──────── Extracted entries ────────

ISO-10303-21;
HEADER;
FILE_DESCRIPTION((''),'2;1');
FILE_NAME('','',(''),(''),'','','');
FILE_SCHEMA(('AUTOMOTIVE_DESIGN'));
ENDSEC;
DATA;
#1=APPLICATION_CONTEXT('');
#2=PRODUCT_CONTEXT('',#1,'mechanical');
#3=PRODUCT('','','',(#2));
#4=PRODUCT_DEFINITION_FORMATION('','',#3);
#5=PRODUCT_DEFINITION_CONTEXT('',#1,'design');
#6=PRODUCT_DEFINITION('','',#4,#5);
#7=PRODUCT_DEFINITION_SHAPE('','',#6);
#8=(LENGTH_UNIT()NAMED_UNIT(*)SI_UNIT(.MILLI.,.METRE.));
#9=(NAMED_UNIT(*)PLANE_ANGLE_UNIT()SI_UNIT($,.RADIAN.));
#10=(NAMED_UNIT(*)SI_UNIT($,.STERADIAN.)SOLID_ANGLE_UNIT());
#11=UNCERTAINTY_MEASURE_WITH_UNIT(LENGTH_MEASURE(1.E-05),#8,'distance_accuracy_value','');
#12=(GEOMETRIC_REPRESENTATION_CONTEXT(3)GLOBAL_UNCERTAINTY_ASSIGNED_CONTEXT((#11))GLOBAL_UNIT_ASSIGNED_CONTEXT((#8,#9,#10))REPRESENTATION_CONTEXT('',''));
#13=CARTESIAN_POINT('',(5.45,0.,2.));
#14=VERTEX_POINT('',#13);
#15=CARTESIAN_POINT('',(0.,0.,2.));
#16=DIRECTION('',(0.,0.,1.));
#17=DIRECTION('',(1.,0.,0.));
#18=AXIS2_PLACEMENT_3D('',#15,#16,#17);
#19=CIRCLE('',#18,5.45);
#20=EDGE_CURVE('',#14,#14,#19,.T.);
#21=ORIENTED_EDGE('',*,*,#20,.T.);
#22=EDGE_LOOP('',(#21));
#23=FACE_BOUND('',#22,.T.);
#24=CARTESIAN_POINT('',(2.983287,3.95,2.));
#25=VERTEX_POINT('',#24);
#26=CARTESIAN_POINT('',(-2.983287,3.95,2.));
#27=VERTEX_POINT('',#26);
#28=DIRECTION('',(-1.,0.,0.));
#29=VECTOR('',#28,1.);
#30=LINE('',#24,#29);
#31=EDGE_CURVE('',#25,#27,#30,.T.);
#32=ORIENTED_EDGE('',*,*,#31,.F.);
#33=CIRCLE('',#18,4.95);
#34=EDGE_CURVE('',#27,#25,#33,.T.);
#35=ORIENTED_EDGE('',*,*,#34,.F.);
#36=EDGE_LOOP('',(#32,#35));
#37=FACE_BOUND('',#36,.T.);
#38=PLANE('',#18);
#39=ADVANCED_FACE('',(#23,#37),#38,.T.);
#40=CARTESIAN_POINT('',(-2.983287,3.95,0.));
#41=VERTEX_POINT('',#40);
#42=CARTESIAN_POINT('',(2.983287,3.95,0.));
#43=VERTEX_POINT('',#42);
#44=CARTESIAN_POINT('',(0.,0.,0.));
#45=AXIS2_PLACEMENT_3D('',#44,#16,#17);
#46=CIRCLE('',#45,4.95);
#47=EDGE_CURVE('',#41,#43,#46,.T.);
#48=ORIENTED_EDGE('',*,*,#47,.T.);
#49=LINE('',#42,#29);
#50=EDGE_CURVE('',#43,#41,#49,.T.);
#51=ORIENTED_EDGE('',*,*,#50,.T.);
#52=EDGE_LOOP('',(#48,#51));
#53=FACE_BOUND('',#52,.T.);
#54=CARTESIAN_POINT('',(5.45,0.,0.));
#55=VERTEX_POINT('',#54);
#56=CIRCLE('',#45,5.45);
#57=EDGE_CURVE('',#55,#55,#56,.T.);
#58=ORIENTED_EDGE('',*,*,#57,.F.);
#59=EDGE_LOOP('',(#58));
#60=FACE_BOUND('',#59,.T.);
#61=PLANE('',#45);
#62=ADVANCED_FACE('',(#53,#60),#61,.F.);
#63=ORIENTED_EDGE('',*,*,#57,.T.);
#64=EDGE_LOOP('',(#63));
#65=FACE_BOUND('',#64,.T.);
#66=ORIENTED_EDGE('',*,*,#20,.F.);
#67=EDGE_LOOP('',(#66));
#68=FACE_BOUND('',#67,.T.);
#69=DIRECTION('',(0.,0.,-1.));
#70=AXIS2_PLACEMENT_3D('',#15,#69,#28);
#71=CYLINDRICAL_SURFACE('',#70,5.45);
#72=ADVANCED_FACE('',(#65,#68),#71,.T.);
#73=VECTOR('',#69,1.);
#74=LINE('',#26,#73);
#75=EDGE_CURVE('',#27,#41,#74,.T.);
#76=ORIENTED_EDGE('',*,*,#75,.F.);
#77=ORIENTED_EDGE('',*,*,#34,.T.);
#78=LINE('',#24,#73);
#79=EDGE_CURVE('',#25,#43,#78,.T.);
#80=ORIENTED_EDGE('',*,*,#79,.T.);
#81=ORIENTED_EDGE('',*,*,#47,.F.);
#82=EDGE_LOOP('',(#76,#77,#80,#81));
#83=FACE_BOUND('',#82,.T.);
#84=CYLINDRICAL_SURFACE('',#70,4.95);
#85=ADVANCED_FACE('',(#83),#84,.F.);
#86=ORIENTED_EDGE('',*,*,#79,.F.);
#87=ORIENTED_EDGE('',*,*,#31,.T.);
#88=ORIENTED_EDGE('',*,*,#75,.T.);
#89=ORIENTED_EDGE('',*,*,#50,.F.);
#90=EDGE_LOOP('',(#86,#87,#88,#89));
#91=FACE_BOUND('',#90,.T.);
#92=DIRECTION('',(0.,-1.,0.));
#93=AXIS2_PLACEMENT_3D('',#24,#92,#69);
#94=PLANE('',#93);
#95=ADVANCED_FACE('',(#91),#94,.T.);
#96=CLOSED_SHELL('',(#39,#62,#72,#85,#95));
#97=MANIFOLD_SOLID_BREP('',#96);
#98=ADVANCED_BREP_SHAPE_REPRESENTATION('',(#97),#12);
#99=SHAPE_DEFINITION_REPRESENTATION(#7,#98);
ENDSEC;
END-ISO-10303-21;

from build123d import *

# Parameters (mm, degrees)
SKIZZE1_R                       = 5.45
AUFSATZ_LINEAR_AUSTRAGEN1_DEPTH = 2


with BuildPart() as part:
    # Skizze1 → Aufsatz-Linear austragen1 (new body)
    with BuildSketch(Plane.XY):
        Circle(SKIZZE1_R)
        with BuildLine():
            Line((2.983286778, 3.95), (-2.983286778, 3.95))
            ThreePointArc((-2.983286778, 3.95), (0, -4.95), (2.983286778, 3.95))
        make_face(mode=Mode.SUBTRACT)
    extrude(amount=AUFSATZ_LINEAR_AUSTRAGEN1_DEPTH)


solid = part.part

────────
──────── Extracted entries ────────

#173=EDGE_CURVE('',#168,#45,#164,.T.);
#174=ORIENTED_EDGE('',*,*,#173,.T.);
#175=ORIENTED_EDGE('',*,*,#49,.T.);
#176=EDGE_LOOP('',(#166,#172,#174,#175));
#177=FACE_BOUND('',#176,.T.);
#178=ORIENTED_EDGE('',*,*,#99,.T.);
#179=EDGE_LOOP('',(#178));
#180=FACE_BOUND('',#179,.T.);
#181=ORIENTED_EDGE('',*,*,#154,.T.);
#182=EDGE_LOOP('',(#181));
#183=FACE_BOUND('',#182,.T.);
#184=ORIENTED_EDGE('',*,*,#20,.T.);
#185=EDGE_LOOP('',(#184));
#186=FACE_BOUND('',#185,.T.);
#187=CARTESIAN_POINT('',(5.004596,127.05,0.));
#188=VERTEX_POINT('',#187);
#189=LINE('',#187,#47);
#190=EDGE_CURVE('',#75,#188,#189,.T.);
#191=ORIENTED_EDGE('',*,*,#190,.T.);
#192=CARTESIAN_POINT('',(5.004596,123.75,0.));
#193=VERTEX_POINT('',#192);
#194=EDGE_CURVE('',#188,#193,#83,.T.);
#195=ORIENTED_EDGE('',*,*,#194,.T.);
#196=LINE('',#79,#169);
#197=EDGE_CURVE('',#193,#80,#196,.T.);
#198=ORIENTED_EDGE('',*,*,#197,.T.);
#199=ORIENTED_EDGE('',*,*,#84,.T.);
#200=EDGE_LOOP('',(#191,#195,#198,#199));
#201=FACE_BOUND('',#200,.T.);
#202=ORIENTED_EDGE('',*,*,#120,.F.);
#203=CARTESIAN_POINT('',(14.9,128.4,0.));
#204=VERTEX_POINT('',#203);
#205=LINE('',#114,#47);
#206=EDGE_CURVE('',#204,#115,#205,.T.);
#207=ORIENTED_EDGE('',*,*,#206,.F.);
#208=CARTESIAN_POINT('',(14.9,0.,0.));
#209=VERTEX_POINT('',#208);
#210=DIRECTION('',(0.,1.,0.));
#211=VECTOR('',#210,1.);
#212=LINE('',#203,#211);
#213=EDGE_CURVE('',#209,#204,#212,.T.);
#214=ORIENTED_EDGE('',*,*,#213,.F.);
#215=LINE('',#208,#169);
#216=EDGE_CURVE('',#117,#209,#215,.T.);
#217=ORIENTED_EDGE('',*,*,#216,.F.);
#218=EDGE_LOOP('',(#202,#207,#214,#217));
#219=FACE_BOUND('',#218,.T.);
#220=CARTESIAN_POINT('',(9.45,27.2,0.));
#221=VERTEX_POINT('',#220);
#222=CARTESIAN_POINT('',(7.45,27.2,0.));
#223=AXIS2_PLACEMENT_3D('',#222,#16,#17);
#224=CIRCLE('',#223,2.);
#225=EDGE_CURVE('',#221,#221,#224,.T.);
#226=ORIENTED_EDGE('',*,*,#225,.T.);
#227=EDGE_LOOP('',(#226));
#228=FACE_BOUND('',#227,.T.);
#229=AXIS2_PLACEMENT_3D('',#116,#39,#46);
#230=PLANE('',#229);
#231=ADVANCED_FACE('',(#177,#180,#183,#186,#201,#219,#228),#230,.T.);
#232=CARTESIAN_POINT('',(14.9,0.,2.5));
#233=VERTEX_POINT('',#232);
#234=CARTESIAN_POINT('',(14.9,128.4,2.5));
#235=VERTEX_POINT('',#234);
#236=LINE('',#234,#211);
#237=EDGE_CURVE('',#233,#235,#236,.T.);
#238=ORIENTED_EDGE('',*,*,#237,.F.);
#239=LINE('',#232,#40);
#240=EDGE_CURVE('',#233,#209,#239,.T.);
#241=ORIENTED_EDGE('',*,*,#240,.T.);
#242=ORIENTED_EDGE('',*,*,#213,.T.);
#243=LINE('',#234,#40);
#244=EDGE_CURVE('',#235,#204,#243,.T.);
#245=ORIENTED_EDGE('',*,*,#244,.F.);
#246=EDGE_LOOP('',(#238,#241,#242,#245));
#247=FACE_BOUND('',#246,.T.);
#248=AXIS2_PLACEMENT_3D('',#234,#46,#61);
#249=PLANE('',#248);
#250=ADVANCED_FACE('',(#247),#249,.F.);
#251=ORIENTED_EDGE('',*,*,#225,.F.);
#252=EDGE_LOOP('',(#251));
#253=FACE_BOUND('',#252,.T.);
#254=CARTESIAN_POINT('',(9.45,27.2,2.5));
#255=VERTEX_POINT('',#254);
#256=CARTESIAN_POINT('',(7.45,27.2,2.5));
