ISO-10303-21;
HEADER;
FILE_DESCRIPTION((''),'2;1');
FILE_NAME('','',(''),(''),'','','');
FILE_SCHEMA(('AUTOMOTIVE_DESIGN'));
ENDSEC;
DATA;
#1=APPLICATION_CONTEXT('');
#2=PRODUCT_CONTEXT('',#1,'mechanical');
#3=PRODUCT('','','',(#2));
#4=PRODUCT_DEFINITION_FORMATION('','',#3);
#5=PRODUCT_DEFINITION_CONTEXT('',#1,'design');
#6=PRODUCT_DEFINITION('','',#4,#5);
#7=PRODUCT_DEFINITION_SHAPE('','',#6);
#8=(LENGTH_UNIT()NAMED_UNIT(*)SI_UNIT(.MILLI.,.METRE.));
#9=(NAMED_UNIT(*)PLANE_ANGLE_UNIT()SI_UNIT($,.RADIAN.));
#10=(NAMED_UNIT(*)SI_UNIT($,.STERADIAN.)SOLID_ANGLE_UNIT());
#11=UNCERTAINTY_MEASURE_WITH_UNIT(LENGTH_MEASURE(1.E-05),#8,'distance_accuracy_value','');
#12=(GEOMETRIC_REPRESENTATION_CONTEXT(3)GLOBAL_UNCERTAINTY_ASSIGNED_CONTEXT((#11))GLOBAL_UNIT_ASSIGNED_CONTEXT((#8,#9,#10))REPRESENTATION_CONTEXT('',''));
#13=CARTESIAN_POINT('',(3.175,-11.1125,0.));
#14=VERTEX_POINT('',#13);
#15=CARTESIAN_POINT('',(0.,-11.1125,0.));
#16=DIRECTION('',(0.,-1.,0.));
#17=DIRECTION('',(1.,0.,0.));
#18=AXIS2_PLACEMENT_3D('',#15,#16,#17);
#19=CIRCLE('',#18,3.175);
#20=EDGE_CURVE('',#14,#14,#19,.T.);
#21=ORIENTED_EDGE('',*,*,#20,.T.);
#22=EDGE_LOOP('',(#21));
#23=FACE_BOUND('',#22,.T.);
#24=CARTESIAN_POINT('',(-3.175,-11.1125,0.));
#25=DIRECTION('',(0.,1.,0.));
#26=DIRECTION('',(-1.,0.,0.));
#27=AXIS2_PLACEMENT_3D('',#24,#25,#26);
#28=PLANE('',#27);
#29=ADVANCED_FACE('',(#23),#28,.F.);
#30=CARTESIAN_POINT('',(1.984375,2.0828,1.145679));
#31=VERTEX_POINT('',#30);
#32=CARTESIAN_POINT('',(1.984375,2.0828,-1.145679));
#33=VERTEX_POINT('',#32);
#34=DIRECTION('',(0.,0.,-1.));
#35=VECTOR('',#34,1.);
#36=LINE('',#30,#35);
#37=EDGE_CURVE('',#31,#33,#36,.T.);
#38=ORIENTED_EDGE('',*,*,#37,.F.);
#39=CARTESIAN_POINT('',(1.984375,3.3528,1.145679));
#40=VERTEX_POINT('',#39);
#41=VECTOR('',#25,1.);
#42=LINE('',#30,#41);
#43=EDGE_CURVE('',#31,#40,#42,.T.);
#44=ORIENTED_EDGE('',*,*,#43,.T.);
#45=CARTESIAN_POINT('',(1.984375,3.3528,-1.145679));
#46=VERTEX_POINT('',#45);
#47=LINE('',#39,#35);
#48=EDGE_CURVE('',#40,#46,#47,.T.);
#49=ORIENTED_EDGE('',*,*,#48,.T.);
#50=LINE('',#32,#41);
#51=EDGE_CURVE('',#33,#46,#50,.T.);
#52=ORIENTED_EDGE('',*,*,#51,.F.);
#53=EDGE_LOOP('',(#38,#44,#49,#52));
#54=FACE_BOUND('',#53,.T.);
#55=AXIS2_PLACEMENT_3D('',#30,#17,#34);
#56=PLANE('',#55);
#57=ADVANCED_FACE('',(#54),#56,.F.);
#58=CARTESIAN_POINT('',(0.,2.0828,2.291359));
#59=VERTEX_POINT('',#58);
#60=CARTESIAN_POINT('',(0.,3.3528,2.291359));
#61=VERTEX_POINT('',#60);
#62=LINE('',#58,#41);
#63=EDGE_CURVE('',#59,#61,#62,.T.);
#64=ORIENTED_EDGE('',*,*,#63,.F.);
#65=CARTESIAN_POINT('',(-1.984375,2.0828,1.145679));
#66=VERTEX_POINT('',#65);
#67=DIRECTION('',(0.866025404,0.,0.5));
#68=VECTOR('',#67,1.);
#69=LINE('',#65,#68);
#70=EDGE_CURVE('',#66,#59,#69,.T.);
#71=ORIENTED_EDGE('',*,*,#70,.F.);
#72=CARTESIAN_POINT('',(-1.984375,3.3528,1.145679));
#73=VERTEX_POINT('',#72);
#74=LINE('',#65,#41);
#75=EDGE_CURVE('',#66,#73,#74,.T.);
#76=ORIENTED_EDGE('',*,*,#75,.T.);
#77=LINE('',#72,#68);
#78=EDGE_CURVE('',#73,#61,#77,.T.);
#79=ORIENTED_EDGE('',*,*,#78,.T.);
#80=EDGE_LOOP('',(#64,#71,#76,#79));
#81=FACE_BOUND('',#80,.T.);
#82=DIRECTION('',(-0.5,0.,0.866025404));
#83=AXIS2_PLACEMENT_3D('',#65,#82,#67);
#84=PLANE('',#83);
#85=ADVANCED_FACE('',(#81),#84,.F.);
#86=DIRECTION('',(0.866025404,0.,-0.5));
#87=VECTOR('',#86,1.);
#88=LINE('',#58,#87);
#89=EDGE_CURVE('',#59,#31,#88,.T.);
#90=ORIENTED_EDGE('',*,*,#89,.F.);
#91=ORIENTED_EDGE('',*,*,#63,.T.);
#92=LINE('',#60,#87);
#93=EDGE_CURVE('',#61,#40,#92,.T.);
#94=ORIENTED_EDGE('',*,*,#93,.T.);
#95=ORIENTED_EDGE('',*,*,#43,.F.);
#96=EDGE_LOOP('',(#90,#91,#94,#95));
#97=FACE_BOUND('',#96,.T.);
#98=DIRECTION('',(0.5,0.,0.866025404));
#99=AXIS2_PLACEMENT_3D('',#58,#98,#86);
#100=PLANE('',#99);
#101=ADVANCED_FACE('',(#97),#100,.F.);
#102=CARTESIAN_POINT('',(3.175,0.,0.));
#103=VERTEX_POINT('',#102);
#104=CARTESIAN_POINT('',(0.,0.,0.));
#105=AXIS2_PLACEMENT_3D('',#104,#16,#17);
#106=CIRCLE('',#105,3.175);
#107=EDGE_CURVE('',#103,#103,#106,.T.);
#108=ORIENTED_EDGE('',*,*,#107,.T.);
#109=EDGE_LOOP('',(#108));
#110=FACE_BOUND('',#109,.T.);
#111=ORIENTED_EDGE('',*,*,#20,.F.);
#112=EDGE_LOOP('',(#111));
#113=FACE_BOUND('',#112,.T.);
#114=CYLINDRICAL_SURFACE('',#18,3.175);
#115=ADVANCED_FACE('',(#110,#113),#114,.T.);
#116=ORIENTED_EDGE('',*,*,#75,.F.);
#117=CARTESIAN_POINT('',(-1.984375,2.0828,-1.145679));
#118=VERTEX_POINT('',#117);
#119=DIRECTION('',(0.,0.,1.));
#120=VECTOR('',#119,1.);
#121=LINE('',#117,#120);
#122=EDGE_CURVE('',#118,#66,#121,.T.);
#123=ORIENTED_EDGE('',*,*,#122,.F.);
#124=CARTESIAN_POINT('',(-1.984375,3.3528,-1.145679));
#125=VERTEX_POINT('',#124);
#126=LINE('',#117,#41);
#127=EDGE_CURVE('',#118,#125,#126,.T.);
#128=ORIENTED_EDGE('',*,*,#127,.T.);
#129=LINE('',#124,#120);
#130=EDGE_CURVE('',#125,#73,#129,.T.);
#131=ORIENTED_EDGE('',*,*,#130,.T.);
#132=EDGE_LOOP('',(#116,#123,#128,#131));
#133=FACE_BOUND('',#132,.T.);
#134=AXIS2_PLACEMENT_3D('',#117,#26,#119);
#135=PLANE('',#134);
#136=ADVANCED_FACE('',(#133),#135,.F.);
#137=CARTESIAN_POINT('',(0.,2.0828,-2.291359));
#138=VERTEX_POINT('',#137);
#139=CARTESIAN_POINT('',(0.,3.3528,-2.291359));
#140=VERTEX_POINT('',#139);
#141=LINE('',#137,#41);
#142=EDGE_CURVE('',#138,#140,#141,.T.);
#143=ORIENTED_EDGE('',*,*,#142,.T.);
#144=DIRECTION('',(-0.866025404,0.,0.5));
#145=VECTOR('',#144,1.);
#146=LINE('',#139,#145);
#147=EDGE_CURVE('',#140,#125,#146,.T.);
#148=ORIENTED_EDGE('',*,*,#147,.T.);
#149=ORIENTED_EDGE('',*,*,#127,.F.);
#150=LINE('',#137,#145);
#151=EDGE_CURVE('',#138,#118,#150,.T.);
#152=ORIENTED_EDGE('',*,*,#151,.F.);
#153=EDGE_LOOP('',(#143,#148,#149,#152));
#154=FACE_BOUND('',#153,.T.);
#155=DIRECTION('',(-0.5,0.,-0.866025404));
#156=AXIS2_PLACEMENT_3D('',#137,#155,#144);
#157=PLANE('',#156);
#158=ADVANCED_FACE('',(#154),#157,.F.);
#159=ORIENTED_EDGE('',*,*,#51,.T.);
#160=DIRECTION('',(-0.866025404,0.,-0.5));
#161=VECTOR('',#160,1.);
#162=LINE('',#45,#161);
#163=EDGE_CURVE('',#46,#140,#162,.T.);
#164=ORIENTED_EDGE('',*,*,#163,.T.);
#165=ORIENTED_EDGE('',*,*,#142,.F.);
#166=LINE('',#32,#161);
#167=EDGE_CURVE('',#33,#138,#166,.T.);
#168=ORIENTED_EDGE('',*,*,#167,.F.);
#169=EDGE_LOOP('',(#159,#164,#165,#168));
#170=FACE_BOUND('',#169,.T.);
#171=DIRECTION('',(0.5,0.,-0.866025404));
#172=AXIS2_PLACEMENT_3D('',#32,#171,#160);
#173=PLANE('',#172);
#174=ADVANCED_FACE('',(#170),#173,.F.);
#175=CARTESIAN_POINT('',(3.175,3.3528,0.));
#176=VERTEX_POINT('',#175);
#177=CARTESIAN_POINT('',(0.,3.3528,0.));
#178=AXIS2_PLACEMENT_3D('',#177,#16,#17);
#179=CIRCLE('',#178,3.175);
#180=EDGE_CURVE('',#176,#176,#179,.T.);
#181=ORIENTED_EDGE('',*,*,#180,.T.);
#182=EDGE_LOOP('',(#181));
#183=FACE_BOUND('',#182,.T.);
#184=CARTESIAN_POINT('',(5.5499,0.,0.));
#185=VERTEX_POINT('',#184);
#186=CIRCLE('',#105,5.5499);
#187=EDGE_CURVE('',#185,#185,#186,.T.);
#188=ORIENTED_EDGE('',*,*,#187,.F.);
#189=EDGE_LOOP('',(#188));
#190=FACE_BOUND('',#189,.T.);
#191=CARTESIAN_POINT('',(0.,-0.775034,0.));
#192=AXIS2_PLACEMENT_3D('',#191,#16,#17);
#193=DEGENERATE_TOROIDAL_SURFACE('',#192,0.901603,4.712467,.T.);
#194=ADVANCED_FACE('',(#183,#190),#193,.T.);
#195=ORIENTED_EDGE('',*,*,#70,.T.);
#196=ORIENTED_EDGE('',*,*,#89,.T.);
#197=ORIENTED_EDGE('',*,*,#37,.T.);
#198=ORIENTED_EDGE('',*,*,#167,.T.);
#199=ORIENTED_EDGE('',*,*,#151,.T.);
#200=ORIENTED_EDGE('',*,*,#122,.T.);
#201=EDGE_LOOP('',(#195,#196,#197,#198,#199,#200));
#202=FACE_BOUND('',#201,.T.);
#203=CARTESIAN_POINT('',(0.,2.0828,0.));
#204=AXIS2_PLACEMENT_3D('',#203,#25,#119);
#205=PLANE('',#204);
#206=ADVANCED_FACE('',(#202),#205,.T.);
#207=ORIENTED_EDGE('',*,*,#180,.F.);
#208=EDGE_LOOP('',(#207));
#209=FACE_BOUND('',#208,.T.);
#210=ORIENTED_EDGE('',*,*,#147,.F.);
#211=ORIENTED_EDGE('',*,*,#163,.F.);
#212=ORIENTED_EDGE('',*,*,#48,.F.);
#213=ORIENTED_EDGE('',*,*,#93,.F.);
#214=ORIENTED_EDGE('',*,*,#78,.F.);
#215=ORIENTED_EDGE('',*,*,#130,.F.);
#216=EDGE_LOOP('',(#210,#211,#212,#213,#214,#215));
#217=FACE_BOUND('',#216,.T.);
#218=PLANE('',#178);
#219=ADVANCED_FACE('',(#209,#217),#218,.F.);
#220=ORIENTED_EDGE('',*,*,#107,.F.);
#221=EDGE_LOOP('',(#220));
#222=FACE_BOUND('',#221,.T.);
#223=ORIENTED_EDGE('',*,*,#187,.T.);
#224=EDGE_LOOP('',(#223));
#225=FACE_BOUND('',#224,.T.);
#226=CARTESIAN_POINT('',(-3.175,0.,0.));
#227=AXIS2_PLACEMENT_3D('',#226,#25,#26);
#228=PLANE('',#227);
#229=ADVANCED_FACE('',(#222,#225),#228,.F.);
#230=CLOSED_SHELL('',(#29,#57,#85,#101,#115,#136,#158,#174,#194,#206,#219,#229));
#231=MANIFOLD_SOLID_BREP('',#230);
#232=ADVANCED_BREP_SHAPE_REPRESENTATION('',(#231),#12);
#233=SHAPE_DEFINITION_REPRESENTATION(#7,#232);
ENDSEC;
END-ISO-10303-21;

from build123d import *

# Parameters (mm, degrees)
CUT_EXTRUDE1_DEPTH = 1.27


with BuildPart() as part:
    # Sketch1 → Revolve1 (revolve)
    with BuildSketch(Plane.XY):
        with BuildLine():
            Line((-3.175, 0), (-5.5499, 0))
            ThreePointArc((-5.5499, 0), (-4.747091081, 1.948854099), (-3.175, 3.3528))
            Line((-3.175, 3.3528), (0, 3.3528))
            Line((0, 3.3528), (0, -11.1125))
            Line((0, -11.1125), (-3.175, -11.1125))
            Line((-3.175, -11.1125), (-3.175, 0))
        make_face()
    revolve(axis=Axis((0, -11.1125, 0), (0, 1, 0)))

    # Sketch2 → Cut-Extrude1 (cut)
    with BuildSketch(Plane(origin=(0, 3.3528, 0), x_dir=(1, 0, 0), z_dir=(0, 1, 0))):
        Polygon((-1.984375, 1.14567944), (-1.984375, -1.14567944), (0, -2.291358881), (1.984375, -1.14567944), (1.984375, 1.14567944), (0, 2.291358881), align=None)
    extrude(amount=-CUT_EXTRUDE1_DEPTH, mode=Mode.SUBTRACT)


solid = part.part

────────

◆ Exercise description ◆
In the listing above, find the line with "#68=FACE_BOUND('',#67,.T.);" and the line with "#84=CYLINDRICAL_SURFACE('',#70,4.95);"; output exactly those lines and all lines between them.

◆ Output of the task ◆
#68=FACE_BOUND('',#67,.T.);
#69=DIRECTION('',(0.,0.,-1.));
#70=AXIS2_PLACEMENT_3D('',#15,#69,#28);
#71=CYLINDRICAL_SURFACE('',#70,5.45);
#72=ADVANCED_FACE('',(#65,#68),#71,.T.);
#73=VECTOR('',#69,1.);
#74=LINE('',#26,#73);
#75=EDGE_CURVE('',#27,#41,#74,.T.);
#76=ORIENTED_EDGE('',*,*,#75,.F.);
#77=ORIENTED_EDGE('',*,*,#34,.T.);
#78=LINE('',#24,#73);
#79=EDGE_CURVE('',#25,#43,#78,.T.);
#80=ORIENTED_EDGE('',*,*,#79,.T.);
#81=ORIENTED_EDGE('',*,*,#47,.F.);
#82=EDGE_LOOP('',(#76,#77,#80,#81));
#83=FACE_BOUND('',#82,.T.);
#84=CYLINDRICAL_SURFACE('',#70,4.95);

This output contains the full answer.